# 40 ways to induce labor naturally



## kygirl

I found this article earlier and thought some of you would like to know about these. I'm sure some have been posted on different threads, but I haven't tried all of them and I'm not sure how safe some of them are either, but it was just something I wanted to share... :)


*40 Ways to induce Labor Naturally:*

1. Acupressure - There are pressure points in the shoulder well, webbing between thumb and forefinger, heel and small of back.

2. Balsamic Vinegar - Add a dash to your salad.
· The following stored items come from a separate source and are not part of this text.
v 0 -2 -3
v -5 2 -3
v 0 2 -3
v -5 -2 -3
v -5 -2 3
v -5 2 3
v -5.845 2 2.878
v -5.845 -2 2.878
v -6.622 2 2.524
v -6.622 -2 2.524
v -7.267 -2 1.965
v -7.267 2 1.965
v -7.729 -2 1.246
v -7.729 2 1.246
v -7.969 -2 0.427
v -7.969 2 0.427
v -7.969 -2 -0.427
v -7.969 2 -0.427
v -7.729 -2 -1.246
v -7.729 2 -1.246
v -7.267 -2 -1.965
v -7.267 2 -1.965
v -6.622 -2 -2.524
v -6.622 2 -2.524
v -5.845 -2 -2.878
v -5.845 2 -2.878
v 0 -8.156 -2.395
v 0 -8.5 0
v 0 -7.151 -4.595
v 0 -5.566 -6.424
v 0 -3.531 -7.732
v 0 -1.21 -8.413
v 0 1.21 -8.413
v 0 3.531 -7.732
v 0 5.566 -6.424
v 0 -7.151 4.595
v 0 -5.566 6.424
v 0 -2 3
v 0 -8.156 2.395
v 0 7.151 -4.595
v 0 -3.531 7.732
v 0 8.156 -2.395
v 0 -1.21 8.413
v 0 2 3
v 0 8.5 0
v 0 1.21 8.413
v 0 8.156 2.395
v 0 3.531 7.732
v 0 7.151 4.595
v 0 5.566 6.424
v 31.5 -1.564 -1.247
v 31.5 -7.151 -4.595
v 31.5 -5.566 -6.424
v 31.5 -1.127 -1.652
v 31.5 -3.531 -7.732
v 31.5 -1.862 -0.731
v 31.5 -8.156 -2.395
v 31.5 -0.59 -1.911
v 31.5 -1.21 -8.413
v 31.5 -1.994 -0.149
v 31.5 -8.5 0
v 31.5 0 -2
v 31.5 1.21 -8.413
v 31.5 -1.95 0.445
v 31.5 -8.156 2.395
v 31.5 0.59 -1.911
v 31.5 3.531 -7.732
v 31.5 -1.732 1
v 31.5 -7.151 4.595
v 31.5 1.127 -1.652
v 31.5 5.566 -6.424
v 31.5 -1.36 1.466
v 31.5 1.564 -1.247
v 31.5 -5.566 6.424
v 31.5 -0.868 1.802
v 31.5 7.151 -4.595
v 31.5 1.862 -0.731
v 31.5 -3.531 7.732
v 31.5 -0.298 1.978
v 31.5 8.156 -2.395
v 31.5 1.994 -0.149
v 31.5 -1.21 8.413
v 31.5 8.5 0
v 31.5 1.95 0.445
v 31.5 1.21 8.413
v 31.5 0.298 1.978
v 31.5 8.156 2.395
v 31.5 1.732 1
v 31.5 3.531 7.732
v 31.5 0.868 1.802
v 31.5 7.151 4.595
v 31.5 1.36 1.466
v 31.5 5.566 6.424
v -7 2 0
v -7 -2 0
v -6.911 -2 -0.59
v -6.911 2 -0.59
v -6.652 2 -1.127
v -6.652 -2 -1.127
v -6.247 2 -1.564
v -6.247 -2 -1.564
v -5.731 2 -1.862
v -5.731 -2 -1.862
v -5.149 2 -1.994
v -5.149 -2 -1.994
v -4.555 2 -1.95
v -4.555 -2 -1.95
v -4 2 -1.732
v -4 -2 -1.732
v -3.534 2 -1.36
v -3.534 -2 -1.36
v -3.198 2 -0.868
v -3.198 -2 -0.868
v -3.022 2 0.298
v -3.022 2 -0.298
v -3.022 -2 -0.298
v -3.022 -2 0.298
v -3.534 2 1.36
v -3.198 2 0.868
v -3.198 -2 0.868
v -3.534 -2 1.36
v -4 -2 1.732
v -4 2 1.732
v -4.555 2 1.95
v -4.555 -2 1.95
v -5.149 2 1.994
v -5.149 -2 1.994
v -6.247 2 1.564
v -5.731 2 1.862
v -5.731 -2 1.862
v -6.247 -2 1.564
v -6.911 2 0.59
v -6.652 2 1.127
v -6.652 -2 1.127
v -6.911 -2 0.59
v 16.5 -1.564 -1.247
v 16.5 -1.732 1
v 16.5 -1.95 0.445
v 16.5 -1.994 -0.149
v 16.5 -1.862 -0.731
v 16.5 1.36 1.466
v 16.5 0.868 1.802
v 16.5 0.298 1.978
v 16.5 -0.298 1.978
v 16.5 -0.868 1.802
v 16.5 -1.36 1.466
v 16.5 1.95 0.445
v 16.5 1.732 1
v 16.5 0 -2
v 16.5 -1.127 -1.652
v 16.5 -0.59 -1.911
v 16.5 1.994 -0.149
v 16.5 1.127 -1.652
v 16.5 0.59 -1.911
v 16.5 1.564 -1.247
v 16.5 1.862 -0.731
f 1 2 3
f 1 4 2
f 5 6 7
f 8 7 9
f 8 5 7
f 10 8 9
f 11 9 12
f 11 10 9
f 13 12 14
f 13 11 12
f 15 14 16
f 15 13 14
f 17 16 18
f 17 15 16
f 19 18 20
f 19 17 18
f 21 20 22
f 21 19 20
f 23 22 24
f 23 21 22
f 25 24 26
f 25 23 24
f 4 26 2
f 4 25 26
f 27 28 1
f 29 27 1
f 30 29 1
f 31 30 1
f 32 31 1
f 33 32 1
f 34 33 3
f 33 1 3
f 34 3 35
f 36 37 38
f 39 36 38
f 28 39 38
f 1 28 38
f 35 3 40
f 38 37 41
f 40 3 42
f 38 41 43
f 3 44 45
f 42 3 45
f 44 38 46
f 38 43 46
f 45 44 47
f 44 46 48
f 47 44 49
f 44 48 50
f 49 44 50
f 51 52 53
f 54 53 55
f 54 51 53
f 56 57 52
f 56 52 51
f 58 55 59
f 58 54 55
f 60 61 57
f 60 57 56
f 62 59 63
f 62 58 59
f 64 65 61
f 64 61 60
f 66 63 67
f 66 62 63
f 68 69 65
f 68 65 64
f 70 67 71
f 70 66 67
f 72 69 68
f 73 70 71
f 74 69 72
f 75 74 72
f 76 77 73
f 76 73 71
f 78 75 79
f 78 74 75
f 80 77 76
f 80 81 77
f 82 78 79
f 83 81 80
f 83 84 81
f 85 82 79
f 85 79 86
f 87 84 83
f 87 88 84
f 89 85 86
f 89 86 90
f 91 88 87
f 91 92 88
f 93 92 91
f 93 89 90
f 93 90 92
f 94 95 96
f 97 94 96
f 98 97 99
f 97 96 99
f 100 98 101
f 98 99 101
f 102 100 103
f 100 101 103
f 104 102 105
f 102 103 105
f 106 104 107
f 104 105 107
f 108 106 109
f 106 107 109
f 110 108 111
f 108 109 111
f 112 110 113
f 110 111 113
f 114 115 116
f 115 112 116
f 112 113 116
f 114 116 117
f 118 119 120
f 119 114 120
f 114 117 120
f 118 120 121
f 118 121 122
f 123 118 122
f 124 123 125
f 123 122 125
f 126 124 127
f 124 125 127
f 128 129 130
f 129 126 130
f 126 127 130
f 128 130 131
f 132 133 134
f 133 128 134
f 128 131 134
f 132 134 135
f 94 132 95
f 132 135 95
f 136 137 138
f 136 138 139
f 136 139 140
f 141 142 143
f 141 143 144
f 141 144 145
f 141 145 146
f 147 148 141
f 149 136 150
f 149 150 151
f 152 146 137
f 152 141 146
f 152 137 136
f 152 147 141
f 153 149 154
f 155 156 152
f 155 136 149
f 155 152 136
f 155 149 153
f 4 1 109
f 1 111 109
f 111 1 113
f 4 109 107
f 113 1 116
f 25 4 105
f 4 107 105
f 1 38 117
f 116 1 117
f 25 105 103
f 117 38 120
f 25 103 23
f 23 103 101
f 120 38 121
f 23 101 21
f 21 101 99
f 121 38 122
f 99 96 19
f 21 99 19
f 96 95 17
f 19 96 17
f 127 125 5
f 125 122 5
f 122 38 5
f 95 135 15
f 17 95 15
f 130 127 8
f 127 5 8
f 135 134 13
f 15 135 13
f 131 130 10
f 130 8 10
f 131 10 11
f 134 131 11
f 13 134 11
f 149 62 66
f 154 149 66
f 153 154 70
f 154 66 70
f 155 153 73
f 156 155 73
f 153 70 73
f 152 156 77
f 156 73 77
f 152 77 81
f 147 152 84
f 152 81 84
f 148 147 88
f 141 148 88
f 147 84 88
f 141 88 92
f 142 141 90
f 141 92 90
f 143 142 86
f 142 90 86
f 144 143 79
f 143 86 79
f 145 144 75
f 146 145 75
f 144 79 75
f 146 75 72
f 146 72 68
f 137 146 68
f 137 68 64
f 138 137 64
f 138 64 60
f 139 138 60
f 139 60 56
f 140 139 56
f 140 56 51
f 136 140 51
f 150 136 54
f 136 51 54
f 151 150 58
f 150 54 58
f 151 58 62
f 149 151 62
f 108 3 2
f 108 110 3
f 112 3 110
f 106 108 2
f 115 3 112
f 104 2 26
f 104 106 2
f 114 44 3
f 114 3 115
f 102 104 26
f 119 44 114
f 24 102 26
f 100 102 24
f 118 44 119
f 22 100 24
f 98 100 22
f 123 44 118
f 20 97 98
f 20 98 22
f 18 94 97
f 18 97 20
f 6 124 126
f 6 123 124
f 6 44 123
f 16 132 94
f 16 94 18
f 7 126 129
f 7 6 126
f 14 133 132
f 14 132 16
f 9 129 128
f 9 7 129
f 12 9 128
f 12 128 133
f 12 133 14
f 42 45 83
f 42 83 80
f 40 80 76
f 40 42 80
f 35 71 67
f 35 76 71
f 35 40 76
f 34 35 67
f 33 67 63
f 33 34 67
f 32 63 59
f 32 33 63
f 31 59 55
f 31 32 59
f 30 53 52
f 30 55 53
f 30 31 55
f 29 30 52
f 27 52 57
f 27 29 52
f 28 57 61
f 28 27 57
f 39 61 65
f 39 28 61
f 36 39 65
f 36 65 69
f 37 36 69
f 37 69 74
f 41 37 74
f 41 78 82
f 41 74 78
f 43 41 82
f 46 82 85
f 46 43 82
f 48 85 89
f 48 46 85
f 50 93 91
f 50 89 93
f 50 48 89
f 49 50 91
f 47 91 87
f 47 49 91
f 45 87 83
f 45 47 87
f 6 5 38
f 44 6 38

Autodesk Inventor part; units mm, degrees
ref_plane "YZ Plane" through (0, 0, 0) normal (1, 0, 0) x (0, 1, 0)
ref_plane "XZ Plane" through (0, 0, 0) normal (0, 1, 0) x (-1, 0, 0)
ref_plane "XY Plane" through (0, 0, 0) normal (0, 0, 1) x (1, 0, 0)
sketch "スケッチ1" plane through (0, 0, 0) normal (1, 0, 0) x (0, 1, 0)
  circle A0 centre (0, 0) radius 8.5
  dimension "d0" = 17
extrude "押し出し1" add sketch "スケッチ1" along normal blind 31.5
sketch "スケッチ2" plane through (0, 0, 0) normal (0, 1, 0) x (-1, 0, 0)
  circle A0 centre (5, 0) radius 2
  circle A1 centre (5, 0) radius 3
  line L0 (0, 0) -> (0, 5.5308)
  line L1 (0, 5.5308) -> (0, -7.9673)
  line L2 (5, 3) -> (0, 3)
  line L3 (5, -3) -> (0, -3)
  dimension "d3" = 4
  dimension "d4" = 5
  dimension "d5" = 6
extrude "押し出し2" add sketch "スケッチ2" along normal mid plane 4
sketch "スケッチ3" plane through (31.5, 0, 0) normal (1, 0, 0) x (0, 0, -1)
  circle A0 centre (0, 0) radius 2
  dimension "d8" = 4
extrude "押し出し3" cut sketch "スケッチ3" against normal blind 15
properties part number "black-suspension-under" material "ABS プラスチック"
Definitely won't hurt to try!

3. Basil - Throw some in your cooking.

4. Black/Blue Cohosh - Taken in tea form is a common way to induce labor. Some midwives use it even during labor to increase slow contractions. There have been some studies claiming that it can have bad side effects for mother and/or baby however. I'd recommend research first.

5. Borage seed oil - Meant to have similar effects to evening primrose oil - dilating and effacing.

6. Bouncing on birth/exercise ball - Spreading your legs as well as the moving up and down can help the baby move down.

7. Bumpy car ride - Sometimes the baby just needs a bit of a jiggle!

8. Castor oil - Statistically speaking it only works on 57% of women and causes lovely things like diarrhoea and sometimes, vomiting. The theory is that the cramps in the bowel set off contractions. Opinion is still out on whether castor oil causes babies to pass meconium in the womb but a) most women using castor oil are overdue and b) babies that are overdue are more likely to pass meconium so you do the maths!

9. Chinese food - Not sure why, but some people have claimed this works a treat. Or maybe they just ate Chinese food all the time anyway, so they blamed it for the onset of labor. Worth a try!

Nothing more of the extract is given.